In my previous posts, we looked at how to integrate Kafka and Storm for streaming loan data and cleansing the data before ingesting it into processing pipeline for aggregating the data. We also looked at how to leverage Liquibase for managing the relational database in form of immutable scripts that could be version controlled. This fits well with DevOps culture as there is less reliance on manually maintaining the database scripts by automating the process and making it less error prone.
In this post, we’ll enhance the Loan data analysis pipeline to add another application that will ingest the cleansed loan data from Kafka broker and save the data in relational database running in a Docker container. The loan data in relational database could then be used for further analysis by joining the data with other data sources.

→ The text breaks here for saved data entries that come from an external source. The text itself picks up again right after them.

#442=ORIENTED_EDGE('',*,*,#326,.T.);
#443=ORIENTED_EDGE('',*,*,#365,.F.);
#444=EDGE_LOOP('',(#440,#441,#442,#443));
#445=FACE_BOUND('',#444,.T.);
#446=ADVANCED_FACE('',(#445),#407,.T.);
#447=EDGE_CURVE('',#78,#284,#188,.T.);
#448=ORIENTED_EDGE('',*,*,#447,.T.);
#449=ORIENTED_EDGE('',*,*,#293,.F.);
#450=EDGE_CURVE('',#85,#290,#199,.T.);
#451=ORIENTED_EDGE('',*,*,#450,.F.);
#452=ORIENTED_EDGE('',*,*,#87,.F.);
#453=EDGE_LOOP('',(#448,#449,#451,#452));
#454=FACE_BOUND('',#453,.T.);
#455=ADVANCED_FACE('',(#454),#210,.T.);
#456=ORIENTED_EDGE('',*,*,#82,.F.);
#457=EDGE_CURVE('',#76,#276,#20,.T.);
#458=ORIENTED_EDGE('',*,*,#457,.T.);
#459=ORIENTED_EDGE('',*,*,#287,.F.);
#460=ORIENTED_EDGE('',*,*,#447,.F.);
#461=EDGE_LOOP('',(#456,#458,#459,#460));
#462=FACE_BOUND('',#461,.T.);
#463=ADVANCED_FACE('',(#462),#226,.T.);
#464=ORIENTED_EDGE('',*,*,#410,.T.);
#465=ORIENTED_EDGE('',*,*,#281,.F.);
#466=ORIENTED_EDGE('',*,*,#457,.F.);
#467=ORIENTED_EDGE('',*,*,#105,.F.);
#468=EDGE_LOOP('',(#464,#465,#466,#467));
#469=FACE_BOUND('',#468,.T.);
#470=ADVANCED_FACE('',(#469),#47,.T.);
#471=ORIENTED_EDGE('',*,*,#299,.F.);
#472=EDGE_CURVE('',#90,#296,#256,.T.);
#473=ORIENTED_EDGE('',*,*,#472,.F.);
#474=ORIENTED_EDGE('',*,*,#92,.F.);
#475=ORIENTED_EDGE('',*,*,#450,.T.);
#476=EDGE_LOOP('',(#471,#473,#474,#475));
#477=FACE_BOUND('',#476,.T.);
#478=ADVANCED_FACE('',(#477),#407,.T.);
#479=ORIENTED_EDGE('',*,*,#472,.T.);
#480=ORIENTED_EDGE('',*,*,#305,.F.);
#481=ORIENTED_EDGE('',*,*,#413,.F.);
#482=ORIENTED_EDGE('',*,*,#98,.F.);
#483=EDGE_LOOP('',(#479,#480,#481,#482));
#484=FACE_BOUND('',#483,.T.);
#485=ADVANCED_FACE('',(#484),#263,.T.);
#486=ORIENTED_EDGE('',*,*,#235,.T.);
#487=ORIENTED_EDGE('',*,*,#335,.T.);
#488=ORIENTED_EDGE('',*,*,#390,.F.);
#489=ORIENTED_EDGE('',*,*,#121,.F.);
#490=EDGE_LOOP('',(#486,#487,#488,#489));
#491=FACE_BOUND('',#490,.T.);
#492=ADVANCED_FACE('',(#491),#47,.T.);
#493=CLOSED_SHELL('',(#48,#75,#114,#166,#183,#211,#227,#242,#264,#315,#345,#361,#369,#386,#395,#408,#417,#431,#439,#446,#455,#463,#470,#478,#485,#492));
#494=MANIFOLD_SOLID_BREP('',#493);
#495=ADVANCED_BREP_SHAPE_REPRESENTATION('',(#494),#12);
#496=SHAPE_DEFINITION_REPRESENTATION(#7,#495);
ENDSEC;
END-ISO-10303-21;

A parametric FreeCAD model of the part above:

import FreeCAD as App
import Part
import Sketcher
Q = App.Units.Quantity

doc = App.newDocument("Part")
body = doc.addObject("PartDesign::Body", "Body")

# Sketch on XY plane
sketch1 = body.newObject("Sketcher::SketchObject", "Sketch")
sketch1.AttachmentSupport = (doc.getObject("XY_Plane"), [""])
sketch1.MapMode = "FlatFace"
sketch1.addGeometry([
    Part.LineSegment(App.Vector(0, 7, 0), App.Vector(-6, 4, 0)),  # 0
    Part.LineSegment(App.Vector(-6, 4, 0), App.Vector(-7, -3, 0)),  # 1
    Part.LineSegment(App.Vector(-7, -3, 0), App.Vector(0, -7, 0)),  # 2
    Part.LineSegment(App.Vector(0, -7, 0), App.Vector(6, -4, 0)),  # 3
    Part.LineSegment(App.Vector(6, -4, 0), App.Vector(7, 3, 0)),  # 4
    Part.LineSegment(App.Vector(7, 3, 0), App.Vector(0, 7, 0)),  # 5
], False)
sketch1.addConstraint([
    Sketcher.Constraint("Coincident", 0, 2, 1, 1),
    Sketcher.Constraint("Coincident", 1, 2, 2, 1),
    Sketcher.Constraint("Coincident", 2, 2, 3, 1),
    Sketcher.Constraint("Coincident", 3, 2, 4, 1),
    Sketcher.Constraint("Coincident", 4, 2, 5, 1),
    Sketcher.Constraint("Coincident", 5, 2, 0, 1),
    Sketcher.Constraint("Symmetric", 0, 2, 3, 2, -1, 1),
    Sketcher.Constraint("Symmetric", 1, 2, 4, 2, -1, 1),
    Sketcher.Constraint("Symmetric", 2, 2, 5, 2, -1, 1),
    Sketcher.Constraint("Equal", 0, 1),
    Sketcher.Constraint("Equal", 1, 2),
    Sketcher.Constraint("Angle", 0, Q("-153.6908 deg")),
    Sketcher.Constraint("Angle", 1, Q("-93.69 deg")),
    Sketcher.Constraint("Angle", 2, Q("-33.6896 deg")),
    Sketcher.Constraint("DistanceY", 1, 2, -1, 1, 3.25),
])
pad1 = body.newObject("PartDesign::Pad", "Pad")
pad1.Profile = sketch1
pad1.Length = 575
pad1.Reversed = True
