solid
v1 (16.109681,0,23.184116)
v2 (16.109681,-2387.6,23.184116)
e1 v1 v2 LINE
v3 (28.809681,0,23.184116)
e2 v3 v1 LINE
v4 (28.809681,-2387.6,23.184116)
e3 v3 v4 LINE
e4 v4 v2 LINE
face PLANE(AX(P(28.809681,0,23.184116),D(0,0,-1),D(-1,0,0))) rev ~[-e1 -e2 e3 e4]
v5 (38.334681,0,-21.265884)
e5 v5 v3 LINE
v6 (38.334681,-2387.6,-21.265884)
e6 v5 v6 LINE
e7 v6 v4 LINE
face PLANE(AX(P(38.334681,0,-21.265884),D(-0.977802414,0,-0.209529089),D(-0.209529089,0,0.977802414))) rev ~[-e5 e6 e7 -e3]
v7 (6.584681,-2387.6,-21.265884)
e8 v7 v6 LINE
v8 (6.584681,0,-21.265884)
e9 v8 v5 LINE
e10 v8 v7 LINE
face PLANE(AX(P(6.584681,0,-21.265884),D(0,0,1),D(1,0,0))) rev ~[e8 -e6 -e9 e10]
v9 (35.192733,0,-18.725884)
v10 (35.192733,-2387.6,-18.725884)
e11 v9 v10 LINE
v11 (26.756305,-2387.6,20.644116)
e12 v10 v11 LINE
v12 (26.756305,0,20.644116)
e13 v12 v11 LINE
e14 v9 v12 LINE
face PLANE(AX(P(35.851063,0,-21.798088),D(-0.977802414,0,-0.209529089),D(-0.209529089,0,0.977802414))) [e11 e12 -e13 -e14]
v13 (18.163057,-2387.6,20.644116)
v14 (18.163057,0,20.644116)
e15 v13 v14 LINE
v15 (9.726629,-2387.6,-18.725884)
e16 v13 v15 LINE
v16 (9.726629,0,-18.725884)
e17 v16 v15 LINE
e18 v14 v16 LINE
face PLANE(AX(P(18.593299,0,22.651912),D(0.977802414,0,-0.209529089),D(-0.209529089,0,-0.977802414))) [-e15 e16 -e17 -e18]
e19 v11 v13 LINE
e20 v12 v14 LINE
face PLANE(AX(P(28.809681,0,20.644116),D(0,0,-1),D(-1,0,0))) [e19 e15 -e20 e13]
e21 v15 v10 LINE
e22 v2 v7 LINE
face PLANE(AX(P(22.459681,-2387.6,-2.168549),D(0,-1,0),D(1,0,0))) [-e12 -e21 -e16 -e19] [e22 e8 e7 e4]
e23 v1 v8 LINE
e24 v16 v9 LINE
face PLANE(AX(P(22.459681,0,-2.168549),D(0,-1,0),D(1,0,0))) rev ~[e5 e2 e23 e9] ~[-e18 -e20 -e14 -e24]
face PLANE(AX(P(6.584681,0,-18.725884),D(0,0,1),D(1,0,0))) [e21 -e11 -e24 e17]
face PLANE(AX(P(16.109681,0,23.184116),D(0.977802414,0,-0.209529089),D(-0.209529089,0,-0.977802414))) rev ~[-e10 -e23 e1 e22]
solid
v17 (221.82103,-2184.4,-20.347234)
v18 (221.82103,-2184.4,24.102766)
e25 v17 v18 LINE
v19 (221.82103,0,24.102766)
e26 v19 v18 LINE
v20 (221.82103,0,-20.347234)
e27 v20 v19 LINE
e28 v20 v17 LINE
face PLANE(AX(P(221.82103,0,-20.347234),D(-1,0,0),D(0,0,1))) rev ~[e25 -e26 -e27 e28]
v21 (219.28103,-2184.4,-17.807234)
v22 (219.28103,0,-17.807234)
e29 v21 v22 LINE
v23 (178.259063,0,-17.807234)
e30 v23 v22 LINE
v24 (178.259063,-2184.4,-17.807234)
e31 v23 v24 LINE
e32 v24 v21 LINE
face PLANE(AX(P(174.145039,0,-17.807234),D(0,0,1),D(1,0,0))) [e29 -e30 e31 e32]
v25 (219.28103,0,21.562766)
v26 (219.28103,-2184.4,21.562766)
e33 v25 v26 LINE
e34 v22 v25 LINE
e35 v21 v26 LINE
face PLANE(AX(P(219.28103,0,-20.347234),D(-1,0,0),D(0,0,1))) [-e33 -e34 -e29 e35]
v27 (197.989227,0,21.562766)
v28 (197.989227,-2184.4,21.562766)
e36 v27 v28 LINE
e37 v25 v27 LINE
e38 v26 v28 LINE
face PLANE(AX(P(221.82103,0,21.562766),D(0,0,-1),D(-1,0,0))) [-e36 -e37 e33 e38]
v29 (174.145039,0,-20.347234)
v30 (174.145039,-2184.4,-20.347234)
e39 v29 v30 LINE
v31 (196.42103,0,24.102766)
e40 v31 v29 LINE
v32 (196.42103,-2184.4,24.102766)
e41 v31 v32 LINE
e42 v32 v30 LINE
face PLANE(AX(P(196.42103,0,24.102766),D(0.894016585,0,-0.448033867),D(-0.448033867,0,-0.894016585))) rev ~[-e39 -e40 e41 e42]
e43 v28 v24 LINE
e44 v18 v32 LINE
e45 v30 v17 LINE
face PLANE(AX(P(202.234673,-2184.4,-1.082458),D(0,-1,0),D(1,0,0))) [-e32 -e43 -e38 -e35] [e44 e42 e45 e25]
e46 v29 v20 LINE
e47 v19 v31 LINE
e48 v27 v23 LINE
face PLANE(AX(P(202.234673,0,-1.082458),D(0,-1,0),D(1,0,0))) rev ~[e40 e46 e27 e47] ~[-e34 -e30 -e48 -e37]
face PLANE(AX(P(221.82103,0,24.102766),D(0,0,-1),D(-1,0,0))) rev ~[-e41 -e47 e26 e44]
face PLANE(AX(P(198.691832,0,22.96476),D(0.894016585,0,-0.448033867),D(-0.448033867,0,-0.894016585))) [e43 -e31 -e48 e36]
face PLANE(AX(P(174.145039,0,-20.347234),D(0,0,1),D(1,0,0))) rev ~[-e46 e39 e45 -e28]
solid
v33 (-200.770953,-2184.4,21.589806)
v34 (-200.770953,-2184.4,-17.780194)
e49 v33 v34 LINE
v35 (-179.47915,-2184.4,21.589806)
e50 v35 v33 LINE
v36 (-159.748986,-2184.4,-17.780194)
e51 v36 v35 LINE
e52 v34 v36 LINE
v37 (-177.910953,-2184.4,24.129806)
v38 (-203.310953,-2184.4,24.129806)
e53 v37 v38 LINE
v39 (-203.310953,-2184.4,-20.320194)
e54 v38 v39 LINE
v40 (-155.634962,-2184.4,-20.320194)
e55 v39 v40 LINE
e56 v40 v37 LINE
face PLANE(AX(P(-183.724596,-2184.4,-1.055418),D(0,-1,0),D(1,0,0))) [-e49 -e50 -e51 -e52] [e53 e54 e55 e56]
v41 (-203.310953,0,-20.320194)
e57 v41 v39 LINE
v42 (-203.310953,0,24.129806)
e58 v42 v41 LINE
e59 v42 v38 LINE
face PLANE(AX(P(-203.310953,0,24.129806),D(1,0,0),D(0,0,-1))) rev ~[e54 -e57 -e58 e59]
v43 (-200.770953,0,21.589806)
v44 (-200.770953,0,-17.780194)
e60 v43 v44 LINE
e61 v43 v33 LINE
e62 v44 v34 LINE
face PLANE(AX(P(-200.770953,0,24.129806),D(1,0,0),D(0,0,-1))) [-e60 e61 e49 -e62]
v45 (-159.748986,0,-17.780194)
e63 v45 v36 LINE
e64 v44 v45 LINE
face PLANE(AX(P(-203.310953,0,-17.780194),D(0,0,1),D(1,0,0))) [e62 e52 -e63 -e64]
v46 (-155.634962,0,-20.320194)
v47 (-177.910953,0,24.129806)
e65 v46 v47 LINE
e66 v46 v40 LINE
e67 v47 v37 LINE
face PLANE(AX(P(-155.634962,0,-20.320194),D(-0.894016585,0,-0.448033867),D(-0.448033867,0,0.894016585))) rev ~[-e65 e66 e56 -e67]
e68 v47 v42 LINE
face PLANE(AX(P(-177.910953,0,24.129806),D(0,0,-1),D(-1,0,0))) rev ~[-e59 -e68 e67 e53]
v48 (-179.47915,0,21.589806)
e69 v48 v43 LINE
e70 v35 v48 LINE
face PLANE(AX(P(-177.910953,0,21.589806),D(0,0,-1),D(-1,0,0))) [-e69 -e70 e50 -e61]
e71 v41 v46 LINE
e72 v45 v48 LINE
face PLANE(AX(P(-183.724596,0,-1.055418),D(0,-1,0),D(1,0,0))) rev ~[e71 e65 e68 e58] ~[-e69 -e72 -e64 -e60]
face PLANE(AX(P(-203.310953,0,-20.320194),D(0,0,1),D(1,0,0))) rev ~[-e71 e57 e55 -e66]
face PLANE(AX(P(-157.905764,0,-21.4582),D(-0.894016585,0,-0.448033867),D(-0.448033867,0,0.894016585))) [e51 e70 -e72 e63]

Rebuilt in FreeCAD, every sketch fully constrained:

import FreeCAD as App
import Part
import Sketcher
Q = App.Units.Quantity


def faces_at(feature, points):
    """Names of the faces that lie closest to the given points."""
    faces = feature.Shape.Faces
    near = lambda p: min(range(len(faces)), key=lambda i: faces[i].distToShape(Part.Vertex(*p))[0])
    return sorted({f"Face{near(p) + 1}" for p in points})

doc = App.newDocument("Part")
body = doc.addObject("PartDesign::Body", "Body")

sketch1 = doc.addObject("Sketcher::SketchObject", "Sketch")
body.addObject(sketch1)
sketch1.AttachmentSupport = (doc.XZ_Plane, [""])
sketch1.MapMode = "FlatFace"
sketch1.addGeometry(Part.LineSegment(App.Vector(-177.910953, 24.129806, 0), App.Vector(-203.310953, 24.129806, 0)), False)
sketch1.addGeometry(Part.LineSegment(App.Vector(-203.310953, 24.129806, 0), App.Vector(-203.310953, -20.320194, 0)), False)
sketch1.addGeometry(Part.LineSegment(App.Vector(-203.310953, -20.320194, 0), App.Vector(-155.634962, -20.320194, 0)), False)
sketch1.addGeometry(Part.LineSegment(App.Vector(-155.634962, -20.320194, 0), App.Vector(-177.910953, 24.129806, 0)), False)
sketch1.addConstraint(Sketcher.Constraint("Coincident", 0, 2, 1, 1))
sketch1.addConstraint(Sketcher.Constraint("Coincident", 1, 2, 2, 1))
sketch1.addConstraint(Sketcher.Constraint("Coincident", 2, 2, 3, 1))
sketch1.addConstraint(Sketcher.Constraint("Coincident", 3, 2, 0, 1))
sketch1.addConstraint(Sketcher.Constraint("Horizontal", 0))
sketch1.addConstraint(Sketcher.Constraint("Vertical", 1))
sketch1.addConstraint(Sketcher.Constraint("Horizontal", 2))
sketch1.addConstraint(Sketcher.Constraint("DistanceX", 0, 2, 0, 1, Q("1 in")))
sketch1.addConstraint(Sketcher.Constraint("DistanceY", 1, 2, 1, 1, Q("1.75 in")))
sketch1.addConstraint(Sketcher.Constraint("DistanceX", 2, 1, 2, 2, Q("47.675991 mm")))
sketch1.addConstraint(Sketcher.Constraint("DistanceX", 2, 2, -1, 1, Q("155.634962 mm")))
sketch1.addConstraint(Sketcher.Constraint("DistanceY", -1, 1, 0, 2, Q("24.129806 mm")))
pad1 = doc.addObject("PartDesign::Pad", "Pad")
body.addObject(pad1)
pad1.Profile = sketch1
pad1.Length = Q("86 in")
doc.recompute()

thickness = doc.addObject("PartDesign::Thickness", "Thickness")
body.addObject(thickness)
thickness.Base = (pad1, faces_at(pad1, [(-179.473, -2184.4, 1.905), (-179.473, 0, 1.905)]))
thickness.Value = Q("0.1 in")
thickness.Reversed = True
thickness.Join = "Arc"
body2 = doc.addObject("PartDesign::Body", "Body001")

sketch2 = doc.addObject("Sketcher::SketchObject", "Sketch001")
body2.addObject(sketch2)
sketch2.AttachmentSupport = (doc.getObject("XZ_Plane001"), [""])
sketch2.MapMode = "FlatFace"
sketch2.addGeometry(Part.LineSegment(App.Vector(16.109681, 23.184116, 0), App.Vector(6.584681, -21.265884, 0)), False)
sketch2.addGeometry(Part.LineSegment(App.Vector(6.584681, -21.265884, 0), App.Vector(38.334681, -21.265884, 0)), False)
sketch2.addGeometry(Part.LineSegment(App.Vector(38.334681, -21.265884, 0), App.Vector(28.809681, 23.184116, 0)), False)
sketch2.addGeometry(Part.LineSegment(App.Vector(28.809681, 23.184116, 0), App.Vector(16.109681, 23.184116, 0)), False)
sketch2.addConstraint(Sketcher.Constraint("Coincident", 0, 2, 1, 1))
sketch2.addConstraint(Sketcher.Constraint("Coincident", 1, 2, 2, 1))
sketch2.addConstraint(Sketcher.Constraint("Coincident", 2, 2, 3, 1))
sketch2.addConstraint(Sketcher.Constraint("Coincident", 3, 2, 0, 1))
sketch2.addConstraint(Sketcher.Constraint("Horizontal", 1))
sketch2.addConstraint(Sketcher.Constraint("Horizontal", 3))
sketch2.addConstraint(Sketcher.Constraint("Equal", 0, 2))
sketch2.addConstraint(Sketcher.Constraint("DistanceX", 3, 2, 3, 1, Q("0.5 in")))
sketch2.addConstraint(Sketcher.Constraint("DistanceX", 1, 1, 1, 2, Q("1.25 in")))
sketch2.addConstraint(Sketcher.Constraint("DistanceY", 1, 2, 2, 2, Q("1.75 in")))
sketch2.addConstraint(Sketcher.Constraint("DistanceX", -1, 1, 0, 2, Q("6.584681 mm")))
sketch2.addConstraint(Sketcher.Constraint("DistanceY", 0, 2, -1, 1, Q("21.265884 mm")))
pad2 = doc.addObject("PartDesign::Pad", "Pad001")
body2.addObject(pad2)
pad2.Profile = sketch2
pad2.Length = Q("94 in")
doc.recompute()

thickness2 = doc.addObject("PartDesign::Thickness", "Thickness001")
body2.addObject(thickness2)
thickness2.Base = (pad2, faces_at(pad2, [(22.46, 0, 0.959), (22.46, -2387.6, 0.959)]))
thickness2.Value = Q("0.1 in")
thickness2.Reversed = True
thickness2.Join = "Arc"
body3 = doc.addObject("PartDesign::Body", "Body002")

sketch3 = doc.addObject("Sketcher::SketchObject", "Sketch002")
body3.addObject(sketch3)
sketch3.AttachmentSupport = (doc.getObject("XZ_Plane002"), [""])
sketch3.MapMode = "FlatFace"
sketch3.addGeometry(Part.LineSegment(App.Vector(221.82103, -20.347234, 0), App.Vector(221.82103, 24.102766, 0)), False)
sketch3.addGeometry(Part.LineSegment(App.Vector(221.82103, 24.102766, 0), App.Vector(196.42103, 24.102766, 0)), False)
sketch3.addGeometry(Part.LineSegment(App.Vector(196.42103, 24.102766, 0), App.Vector(174.145039, -20.347234, 0)), False)
sketch3.addGeometry(Part.LineSegment(App.Vector(174.145039, -20.347234, 0), App.Vector(221.82103, -20.347234, 0)), False)
sketch3.addConstraint(Sketcher.Constraint("Coincident", 0, 2, 1, 1))
sketch3.addConstraint(Sketcher.Constraint("Coincident", 1, 2, 2, 1))
sketch3.addConstraint(Sketcher.Constraint("Coincident", 2, 2, 3, 1))
sketch3.addConstraint(Sketcher.Constraint("Coincident", 3, 2, 0, 1))
sketch3.addConstraint(Sketcher.Constraint("Vertical", 0))
sketch3.addConstraint(Sketcher.Constraint("Horizontal", 1))
sketch3.addConstraint(Sketcher.Constraint("Horizontal", 3))
sketch3.addConstraint(Sketcher.Constraint("DistanceX", 1, 2, 1, 1, Q("1 in")))
sketch3.addConstraint(Sketcher.Constraint("DistanceY", 0, 1, 0, 2, Q("1.75 in")))
sketch3.addConstraint(Sketcher.Constraint("DistanceX", 3, 1, 3, 2, Q("47.675991 mm")))
sketch3.addConstraint(Sketcher.Constraint("DistanceX", -1, 1, 0, 2, Q("221.82103 mm")))
sketch3.addConstraint(Sketcher.Constraint("DistanceY", -1, 1, 0, 2, Q("24.102766 mm")))
pad3 = doc.addObject("PartDesign::Pad", "Pad002")
body3.addObject(pad3)
pad3.Profile = sketch3
pad3.Length = Q("86 in")
doc.recompute()

thickness3 = doc.addObject("PartDesign::Thickness", "Thickness002")
body3.addObject(thickness3)
thickness3.Base = (pad3, faces_at(pad3, [(197.983, -2184.4, 1.878), (197.983, 0, 1.878)]))
thickness3.Value = Q("0.1 in")
thickness3.Reversed = True
thickness3.Join = "Arc"

doc.recompute()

As discussed in the previous posts, run the Kafka broker and Storm Topology by running the following commands.
./zookeeper-server-start.bat ../../config/zookeeper.properties
./kafka-server-start.bat ../../config/server.properties
./kafka-topics.bat –create –zookeeper localhost:2181 –replication-factor 1 –partitions 2 –topic raw_loan_data_ingest_mariadb
We read the loan data from a csv file and publish it to Kafka topic. Storm topology cleanses the data to remove the invalid records and also scrubs the data with invalid entries. The cleansed data is then ingested by the Spring boot application that connects to the MariaDB and stores the data in loan_details table.
Kafka Consumer – Spring Boot Application
Run the Spring Boot application by passing following command line arguments to start Kafka Consumer for ingesting cleansed loan records from Topic “raw_loan_data_ingest_mariadb”.
localhost:9092 raw_loan_data_ingest_mariadb
This application uses Spring Data for storing the loan data in MariaDB.
consumerLoanRecords.forEach(conumerRecord -> { LoanDataRecord loanDataRecord = getLoanRecordEntity(conumerRecord.value().toString()); loanRepository.save(loanDataRecord); System.out.println("Saved Record --> " + conumerRecord.key() + " | " + conumerRecord.offset() + " | " + conumerRecord.partition()); });
This application also runs Liquibase scripts to create a loan_details table for storing the loan records.
Loan Data Cleansing Storm Topology
Run the Storm Topology by passing following command line arguments.
localhost:9092 raw_loan_data_in raw_loan_data_ingest_mariadb
For more details, refer to my previous post on Kafka and Storm integration.
This application srubs the loan records and publish valid loan data on Topic “raw_loan_data_ingest_mariadb”.
Loan Data Record Producer
Run the Kafka Producer by passing following command line arguments to read the loan records from the CSV file and publishes them on Topic “raw_loan_data_in”
localhost:9092 raw_loan_data_in C:\bigdata\LoanStats_2017Q2.csv
Data Pipeline Execution
After starting the Kafka Producer, we can see that loan records are streamed through the data pipeline as depicted in the diagram above and finally the data gets stored in MariaDB.
As seen below, some of the consumer record meta-data (Key, Offset and Partition) is printed to the console while the loan records are written to the database.
Finally after all the data is processed and written to the database, we run a SQL query to find the total funded amount in IL state that matches exactly with the amount we calculated by running the Spark streaming application.